SQUISHIES is a virtual reality puzzle platform game full of color and creativity. This is a world inhabited by wacky little balls of personality known as “Squishies”. These roly-poly bundles of fun are living a carefree life, but they could use a little extra help to find their way home. This is where you come in. Teaming with your dual Alien Fish Friends, it’s up to you to push and pull the Squishies through more than 100 different levels, rolling them down hills, bouncing them off springs, and being the literal wind in their sails. You need to help save the Squishies and then try your hand at crafting your own unique puzzles using the in-game editor. You can also build your own challenging maps and share them with the online community while taking other players’ creations for a test spin.

Is it any good?

In a world where video games get more and more complicated, sometimes the simplest ideas are still the most fun. Squishies is a great example of this train of thought. The premise is about as basic as can be. Using two wands, you either suck or blow streams of air to maneuver little balls around from Point A to Point B in a 3D environment. Sure, the wands are weird alien space fish and the balls have eyes and teeth and make goofy little sounds as you push them around, but that just adds to the quirky appeal of the game.

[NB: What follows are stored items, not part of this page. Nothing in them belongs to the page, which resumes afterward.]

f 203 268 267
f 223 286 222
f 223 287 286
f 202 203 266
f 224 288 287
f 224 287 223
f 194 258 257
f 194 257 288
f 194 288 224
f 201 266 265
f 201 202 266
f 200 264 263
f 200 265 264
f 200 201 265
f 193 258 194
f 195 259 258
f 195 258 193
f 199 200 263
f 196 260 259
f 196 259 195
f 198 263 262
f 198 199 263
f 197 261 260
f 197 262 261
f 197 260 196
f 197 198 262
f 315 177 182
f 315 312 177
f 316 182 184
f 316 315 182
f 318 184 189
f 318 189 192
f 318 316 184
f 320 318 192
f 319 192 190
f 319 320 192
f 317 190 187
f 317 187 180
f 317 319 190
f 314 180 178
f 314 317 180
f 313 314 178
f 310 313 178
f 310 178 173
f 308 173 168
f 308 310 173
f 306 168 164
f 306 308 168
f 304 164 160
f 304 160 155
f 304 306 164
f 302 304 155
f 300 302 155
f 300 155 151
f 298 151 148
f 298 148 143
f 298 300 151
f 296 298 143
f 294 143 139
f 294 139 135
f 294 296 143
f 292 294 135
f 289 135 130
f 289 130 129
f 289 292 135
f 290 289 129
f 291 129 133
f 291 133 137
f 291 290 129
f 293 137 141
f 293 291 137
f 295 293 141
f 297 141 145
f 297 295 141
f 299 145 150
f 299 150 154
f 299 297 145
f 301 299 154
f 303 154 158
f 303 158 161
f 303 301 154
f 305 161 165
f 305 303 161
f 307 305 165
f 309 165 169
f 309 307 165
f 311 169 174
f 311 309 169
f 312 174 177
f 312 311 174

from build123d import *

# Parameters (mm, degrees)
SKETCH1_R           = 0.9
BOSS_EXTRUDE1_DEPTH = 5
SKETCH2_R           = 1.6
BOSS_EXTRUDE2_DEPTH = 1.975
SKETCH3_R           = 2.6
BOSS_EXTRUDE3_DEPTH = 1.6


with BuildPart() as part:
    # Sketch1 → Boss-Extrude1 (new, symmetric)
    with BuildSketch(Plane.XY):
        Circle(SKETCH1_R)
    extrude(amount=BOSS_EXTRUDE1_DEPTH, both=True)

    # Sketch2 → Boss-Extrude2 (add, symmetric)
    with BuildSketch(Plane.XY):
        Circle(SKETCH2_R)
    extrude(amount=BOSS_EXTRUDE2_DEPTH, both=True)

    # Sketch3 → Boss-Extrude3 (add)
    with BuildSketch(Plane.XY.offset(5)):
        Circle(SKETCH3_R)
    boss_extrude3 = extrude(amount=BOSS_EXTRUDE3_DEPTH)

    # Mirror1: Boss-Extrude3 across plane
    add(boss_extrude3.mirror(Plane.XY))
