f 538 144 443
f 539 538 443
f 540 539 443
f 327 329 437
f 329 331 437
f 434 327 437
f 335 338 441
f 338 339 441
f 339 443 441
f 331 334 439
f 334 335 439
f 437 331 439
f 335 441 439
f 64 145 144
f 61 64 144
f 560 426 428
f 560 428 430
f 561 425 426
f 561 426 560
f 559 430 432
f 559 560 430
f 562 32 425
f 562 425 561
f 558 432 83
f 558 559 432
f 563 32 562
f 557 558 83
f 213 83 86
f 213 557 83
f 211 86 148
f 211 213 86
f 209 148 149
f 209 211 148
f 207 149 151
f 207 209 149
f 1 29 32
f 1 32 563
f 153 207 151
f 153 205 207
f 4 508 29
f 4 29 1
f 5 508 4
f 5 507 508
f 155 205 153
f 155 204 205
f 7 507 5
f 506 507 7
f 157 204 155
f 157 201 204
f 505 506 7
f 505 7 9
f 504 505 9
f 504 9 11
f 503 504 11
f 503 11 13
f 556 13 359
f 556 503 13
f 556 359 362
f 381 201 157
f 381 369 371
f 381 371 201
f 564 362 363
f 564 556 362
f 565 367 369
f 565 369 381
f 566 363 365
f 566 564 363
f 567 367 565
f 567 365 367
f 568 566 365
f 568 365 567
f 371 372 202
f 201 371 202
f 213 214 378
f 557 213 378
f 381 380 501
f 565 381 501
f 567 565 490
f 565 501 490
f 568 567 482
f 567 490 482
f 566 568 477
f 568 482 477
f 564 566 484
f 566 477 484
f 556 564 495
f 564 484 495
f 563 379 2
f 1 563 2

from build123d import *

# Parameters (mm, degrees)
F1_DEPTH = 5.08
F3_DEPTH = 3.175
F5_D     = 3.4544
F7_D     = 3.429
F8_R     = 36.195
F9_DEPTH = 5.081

The premise behind Squishies might be simple, but don’t think for a second that it’s easy. You need to think carefully when you're guiding the Squishies back to their home. Whether it’s blowing on a dandelion seed to reach a higher plateau or keeping a precarious balance while crossing over a vast ocean, you need to have plenty of patience and practice to make it through the game’s 100+ level strong Story mode. While the controls aren’t exactly the most precise, the way they’re used in the game (the fish blowing and sucking air) feels strangely intuitive. And despite the difficulty, even the toughest stages never quite reach the feeling of frustration. Each time you play, you can’t help but feel like you’re making just a bit more progress and feel motivated to get just a little further along. It also serves as great inspiration once you start to use the game’s Level Editor. Building stages in VR feels like you’re crafting something that’s genuinely substantial. It’s a creative playground that tests both your imagination and your ingenuity.

Talk to your kids about ...

  • Families can talk about VR technology. How has virtual reality evolved over the years? What are some of ways to use VR for entertainment, and what are of practical uses for the technology?

  • How do features like level editors help to encourage gamers’ creativity? What are some ways to further encourage an interest in game development?